Northeastern Section - 50th Annual Meeting (23–25 March 2015)

Paper No. 2
Presentation Time: 8:40 AM

EAST ANTARCTIC ICE SHEET BEHAVIOR DURING THE PLIOCENE


OCONNELL, Suzanne, HALL, James T., GROSS, Jason, TRUE-ALCALA, Tavo, CASTELLO, Vanessa and WILKIN, Rosalin, Earth & Environmental Sciences, Wesleyan University, 265 Church St, Middletown, CT 06457, soconnell@wesleyan.edu

Climatic conditions in the Pliocene, especially the amount of polar ice, are an important and debated topic. Important because atmospheric CO2levels are estimated to have been 400 ppm, similar to todays. Both proxy data and global climate models suggest warmer temperatures, at least 2 degrees C above pre-industrial levels. One consequence of the warmer conditions was higher sea level. Just how much higher is debated, probably somewhere between 12 and 30 meters higher than today. Addressing this question is the focus of the PLIOMAX project. The melting of Greenland and West Antarctic ice sheets can provide about fifteen meters of sea level rise above present levels. However sea level rise of more than fifteen meters would require some melting of the East Antarctic Ice Sheet (EAIS). For decades the EAIS has been considered stable, not likely to melt unless global climate warmed considerably more than today. Sedimentary evidence from scientific ocean drilling and Andrill suggest mid-Pliocene melting, at least in the lower elevations of the EAIS.

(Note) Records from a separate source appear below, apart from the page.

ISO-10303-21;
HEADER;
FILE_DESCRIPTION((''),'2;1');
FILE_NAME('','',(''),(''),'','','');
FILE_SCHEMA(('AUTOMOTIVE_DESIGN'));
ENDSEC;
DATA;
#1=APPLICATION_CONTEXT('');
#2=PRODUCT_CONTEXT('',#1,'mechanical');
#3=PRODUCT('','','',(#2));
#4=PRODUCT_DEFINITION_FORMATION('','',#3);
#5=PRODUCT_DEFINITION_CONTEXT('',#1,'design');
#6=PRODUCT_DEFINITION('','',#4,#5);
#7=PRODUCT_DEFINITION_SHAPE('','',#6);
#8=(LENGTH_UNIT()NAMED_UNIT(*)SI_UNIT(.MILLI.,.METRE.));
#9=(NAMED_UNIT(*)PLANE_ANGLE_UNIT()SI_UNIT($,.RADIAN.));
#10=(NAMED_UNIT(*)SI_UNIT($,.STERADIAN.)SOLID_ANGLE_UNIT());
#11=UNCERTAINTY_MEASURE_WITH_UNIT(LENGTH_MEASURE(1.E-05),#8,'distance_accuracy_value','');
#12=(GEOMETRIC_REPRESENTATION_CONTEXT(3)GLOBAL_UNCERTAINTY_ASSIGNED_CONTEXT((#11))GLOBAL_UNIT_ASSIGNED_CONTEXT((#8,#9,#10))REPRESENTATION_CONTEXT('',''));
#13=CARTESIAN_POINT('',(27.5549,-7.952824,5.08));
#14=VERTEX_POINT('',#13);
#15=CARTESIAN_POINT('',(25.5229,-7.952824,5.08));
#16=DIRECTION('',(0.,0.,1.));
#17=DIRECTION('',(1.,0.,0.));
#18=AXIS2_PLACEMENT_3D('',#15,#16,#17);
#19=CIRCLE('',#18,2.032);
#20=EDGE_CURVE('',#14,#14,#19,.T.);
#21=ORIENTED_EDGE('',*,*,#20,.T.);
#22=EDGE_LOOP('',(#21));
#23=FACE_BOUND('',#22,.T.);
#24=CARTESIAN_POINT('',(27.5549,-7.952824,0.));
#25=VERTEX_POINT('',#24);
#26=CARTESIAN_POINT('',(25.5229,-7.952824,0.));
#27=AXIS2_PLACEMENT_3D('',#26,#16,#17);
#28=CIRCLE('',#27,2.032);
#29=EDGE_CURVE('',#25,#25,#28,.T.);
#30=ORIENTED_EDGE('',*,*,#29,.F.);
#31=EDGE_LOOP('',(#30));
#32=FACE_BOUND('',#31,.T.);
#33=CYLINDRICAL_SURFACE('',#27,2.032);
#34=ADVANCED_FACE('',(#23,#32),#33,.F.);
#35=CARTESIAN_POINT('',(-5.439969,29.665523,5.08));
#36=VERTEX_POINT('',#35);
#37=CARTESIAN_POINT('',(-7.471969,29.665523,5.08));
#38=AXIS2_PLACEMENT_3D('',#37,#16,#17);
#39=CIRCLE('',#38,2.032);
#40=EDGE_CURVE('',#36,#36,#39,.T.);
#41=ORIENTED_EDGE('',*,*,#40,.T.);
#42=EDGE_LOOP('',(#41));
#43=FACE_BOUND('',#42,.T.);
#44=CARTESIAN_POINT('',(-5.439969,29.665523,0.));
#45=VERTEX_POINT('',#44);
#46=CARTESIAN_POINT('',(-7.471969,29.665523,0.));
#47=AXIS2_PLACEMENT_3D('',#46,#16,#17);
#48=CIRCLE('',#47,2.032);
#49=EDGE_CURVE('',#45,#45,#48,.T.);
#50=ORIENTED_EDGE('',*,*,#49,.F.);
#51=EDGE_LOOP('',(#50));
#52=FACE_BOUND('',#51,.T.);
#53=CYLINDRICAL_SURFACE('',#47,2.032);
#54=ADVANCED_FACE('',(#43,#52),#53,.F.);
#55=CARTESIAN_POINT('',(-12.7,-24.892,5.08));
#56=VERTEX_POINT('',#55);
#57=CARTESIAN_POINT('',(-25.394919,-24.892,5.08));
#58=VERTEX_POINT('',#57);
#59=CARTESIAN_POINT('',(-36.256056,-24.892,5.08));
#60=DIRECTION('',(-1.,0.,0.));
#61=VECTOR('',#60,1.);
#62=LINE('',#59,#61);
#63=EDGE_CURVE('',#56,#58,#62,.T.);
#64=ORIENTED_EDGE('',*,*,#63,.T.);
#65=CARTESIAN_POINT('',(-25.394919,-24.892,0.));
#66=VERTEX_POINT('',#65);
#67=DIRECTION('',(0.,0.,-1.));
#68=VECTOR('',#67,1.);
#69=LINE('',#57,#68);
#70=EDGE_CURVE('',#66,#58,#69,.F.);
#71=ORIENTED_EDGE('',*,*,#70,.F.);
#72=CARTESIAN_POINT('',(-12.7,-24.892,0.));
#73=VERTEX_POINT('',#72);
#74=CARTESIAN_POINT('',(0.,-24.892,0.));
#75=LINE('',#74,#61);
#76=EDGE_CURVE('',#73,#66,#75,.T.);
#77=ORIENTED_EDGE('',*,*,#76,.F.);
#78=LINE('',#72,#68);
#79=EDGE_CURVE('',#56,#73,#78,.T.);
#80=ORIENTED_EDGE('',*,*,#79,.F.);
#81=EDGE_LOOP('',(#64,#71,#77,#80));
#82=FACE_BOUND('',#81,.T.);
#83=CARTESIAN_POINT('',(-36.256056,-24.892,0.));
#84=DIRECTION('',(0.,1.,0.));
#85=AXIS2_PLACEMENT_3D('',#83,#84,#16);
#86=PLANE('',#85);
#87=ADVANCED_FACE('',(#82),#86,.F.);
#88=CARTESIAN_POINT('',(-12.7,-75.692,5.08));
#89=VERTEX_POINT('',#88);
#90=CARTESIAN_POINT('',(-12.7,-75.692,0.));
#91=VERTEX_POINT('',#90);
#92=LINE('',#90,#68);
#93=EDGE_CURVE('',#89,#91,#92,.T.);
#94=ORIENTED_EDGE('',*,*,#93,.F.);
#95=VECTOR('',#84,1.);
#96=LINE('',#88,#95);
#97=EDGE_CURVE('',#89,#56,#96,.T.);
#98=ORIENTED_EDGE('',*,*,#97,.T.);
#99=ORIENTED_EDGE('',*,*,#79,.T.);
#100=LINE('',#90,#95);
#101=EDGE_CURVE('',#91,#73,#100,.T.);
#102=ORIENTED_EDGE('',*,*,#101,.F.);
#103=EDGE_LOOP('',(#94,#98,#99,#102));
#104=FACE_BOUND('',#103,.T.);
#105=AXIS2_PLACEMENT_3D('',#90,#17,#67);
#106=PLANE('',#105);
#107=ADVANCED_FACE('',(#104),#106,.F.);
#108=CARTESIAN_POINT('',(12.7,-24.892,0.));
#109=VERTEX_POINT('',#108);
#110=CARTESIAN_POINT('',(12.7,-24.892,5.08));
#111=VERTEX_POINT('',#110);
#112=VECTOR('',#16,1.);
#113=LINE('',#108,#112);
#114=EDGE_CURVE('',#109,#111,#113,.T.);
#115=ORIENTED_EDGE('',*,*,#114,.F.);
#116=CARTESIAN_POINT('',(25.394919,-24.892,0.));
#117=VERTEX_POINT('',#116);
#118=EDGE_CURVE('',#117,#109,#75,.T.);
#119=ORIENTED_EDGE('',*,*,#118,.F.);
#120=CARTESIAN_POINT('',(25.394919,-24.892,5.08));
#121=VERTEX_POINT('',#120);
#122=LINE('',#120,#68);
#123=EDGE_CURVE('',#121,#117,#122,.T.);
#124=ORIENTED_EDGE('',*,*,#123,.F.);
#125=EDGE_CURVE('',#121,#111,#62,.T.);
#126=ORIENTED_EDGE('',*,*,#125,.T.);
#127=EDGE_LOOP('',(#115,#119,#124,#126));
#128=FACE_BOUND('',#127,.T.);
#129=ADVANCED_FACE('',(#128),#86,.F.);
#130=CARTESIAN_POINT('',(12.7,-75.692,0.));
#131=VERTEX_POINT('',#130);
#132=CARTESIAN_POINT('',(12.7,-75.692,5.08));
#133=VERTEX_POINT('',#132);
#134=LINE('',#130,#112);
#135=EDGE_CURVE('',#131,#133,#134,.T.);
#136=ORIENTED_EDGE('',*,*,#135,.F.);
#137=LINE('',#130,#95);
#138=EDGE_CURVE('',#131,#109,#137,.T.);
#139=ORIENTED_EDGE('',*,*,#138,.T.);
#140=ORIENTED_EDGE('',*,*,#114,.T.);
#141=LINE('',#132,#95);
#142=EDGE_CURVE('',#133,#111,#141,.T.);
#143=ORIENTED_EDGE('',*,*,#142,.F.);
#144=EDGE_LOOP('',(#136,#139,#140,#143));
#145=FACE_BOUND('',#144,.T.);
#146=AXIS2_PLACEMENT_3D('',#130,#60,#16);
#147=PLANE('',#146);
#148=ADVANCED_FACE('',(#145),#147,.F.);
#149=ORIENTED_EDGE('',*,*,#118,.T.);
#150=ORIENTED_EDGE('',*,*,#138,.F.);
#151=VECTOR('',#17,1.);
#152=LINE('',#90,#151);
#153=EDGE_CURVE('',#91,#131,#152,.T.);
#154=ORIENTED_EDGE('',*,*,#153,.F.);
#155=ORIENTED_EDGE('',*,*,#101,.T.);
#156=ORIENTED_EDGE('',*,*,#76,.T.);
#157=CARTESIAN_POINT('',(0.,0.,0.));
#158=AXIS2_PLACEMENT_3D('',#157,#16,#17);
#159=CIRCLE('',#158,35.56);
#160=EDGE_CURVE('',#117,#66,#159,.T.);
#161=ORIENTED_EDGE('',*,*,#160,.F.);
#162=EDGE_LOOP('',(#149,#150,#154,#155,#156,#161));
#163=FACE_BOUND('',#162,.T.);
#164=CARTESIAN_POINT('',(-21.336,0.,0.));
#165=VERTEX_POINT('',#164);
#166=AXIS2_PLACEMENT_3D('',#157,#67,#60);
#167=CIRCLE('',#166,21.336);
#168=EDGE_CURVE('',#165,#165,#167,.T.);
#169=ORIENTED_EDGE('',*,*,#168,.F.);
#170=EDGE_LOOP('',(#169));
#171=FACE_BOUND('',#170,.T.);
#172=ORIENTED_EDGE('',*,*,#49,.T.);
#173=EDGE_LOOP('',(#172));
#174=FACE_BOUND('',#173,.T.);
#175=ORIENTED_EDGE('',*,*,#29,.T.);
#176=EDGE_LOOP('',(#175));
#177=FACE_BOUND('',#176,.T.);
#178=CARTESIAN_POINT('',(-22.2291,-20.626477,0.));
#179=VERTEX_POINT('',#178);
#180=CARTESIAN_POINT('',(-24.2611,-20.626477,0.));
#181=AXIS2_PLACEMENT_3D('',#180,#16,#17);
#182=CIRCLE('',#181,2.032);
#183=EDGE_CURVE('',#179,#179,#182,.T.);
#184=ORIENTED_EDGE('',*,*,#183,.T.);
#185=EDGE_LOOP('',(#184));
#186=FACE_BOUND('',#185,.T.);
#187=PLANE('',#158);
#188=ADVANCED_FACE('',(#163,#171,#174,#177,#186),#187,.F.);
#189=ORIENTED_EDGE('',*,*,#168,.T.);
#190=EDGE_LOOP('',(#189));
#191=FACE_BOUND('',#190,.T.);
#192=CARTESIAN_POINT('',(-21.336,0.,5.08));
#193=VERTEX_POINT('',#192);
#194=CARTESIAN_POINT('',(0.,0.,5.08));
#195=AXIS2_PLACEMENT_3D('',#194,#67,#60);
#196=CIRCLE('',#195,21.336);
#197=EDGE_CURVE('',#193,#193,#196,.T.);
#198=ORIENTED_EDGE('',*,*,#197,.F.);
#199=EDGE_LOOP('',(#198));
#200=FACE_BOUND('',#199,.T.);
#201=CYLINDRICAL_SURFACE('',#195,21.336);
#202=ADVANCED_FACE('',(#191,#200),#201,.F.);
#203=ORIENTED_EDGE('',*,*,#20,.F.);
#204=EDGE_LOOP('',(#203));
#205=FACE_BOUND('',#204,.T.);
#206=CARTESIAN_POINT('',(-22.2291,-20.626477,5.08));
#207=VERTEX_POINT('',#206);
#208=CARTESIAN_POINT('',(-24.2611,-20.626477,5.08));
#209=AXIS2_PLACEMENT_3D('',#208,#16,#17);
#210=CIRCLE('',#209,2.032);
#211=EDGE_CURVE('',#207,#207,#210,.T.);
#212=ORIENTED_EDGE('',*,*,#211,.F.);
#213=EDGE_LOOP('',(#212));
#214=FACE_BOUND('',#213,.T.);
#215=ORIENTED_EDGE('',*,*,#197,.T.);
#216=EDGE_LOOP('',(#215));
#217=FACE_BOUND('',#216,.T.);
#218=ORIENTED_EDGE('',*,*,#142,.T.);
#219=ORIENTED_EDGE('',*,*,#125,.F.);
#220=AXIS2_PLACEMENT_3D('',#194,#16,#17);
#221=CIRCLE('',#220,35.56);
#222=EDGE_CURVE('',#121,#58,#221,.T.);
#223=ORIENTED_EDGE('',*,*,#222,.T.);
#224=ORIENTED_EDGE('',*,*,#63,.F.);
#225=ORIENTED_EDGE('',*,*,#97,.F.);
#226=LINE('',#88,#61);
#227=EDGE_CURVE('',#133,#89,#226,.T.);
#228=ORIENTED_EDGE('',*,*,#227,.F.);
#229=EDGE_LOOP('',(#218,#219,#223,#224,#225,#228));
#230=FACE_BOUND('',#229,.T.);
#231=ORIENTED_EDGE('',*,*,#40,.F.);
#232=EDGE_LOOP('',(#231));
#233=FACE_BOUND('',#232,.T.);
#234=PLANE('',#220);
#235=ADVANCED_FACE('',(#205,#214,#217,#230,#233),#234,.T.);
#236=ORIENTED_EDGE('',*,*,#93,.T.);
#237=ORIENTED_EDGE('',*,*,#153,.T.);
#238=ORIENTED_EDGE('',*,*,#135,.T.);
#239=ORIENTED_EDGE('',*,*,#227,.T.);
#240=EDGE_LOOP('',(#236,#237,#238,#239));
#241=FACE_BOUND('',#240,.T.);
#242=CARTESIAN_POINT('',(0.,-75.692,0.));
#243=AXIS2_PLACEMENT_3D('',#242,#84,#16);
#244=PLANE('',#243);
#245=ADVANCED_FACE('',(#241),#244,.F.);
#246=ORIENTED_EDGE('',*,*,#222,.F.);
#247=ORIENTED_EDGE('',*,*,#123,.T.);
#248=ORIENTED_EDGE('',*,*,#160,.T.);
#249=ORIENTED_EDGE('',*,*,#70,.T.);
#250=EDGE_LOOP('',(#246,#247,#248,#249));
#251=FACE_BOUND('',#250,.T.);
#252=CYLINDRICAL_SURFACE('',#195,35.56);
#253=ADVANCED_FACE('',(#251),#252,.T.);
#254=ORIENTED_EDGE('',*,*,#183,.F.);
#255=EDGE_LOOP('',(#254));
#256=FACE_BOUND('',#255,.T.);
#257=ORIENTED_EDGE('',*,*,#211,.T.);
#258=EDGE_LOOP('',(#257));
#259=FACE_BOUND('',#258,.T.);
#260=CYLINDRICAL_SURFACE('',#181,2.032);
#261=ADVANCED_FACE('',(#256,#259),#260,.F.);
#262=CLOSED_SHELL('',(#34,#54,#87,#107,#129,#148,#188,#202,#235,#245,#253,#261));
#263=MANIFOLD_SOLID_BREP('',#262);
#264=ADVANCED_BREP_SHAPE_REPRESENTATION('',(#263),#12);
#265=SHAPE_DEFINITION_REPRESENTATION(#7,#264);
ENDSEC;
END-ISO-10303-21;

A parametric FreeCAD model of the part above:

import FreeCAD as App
import Part
import Sketcher

V = App.Vector
Q = App.Units.Quantity

doc = App.newDocument("Part")
body = doc.addObject("PartDesign::Body", "Body")

# Sketch on XY plane
sketch1 = doc.addObject("Sketcher::SketchObject", "Sketch")
body.addObject(sketch1)
sketch1.AttachmentSupport = (doc.XY_Plane, [""])
sketch1.MapMode = "FlatFace"
sketch1.addGeometry(Part.Circle(V(0, 0, 0), V(0, 0, 1), 36), False)
sketch1.addConstraint([
    Sketcher.Constraint("Coincident", 0, 3, -1, 1),
    Sketcher.Constraint("Diameter", 0, Q("2.8 in")),
])
pad1 = doc.addObject("PartDesign::Pad", "Pad")
body.addObject(pad1)
pad1.Profile = sketch1
pad1.Length = Q("0.2 in")

# Sketch on XY plane
sketch2 = doc.addObject("Sketcher::SketchObject", "Sketch001")
body.addObject(sketch2)
sketch2.AttachmentSupport = (doc.XY_Plane, [""])
sketch2.MapMode = "FlatFace"
sketch2.AttachmentOffset = App.Placement(V(0, 0, 0.2 * 25.4), App.Rotation())
sketch2.addGeometry([
    Part.LineSegment(V(-36, -36, 0), V(34, -36, 0)),
    Part.LineSegment(V(34, -36, 0), V(34, -25, 0)),
    Part.LineSegment(V(34, -25, 0), V(-36, -25, 0)),
    Part.LineSegment(V(-36, -25, 0), V(-36, -36, 0)),
], False)
sketch2.addConstraint([
    Sketcher.Constraint("Coincident", 0, 2, 1, 1),
    Sketcher.Constraint("Coincident", 1, 2, 2, 1),
    Sketcher.Constraint("Coincident", 2, 2, 3, 1),
    Sketcher.Constraint("Coincident", 3, 2, 0, 1),
    Sketcher.Constraint("Horizontal", 0),
    Sketcher.Constraint("Vertical", 1),
    Sketcher.Constraint("Horizontal", 2),
    Sketcher.Constraint("Vertical", 3),
    Sketcher.Constraint("DistanceY", 1, 1, 1, 2, Q("0.42 in")),
    Sketcher.Constraint("DistanceY", 0, 2, -1, 1, Q("1.4 in")),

To further address the question of EAIS Pliocene melting we have examined early Pliocene through Pleistocene sediments at ODP Site 693 in the Weddell Sea, adjacent to Dronning Maud Land margin, a high elevation coastal region. The sediments are dominated by terrigeneous material, primarily fine silt, with less than 10% coarse fraction, considered ice-rafted. 40Ar/39Ar fingerprinting of hornblendes gives a consistent age of about 500 my, suggesting a similar or constant sediment source. Independent wavelet analysis of both down-core XRF data and spectral analysis on individual sediment samples from fully recovered cores indicate a high sedimentation rate (10 cm/1000years) and an obliquity pacing. Discontinuous recovery between middle and upper Pliocene, and Pleistocene sediments does not allow us to identify mid-Pliocene and Pleistocene boundaries. However, given the lower Pliocene sedimentation rate, either sedimentation slowed considerably in the middle Pliocene to Pleistocene or there was considerable erosion. We speculate that erosion, possibly associated with the mid-Pliocene warm period, which likely consisted of extensive melting, removed part of the record.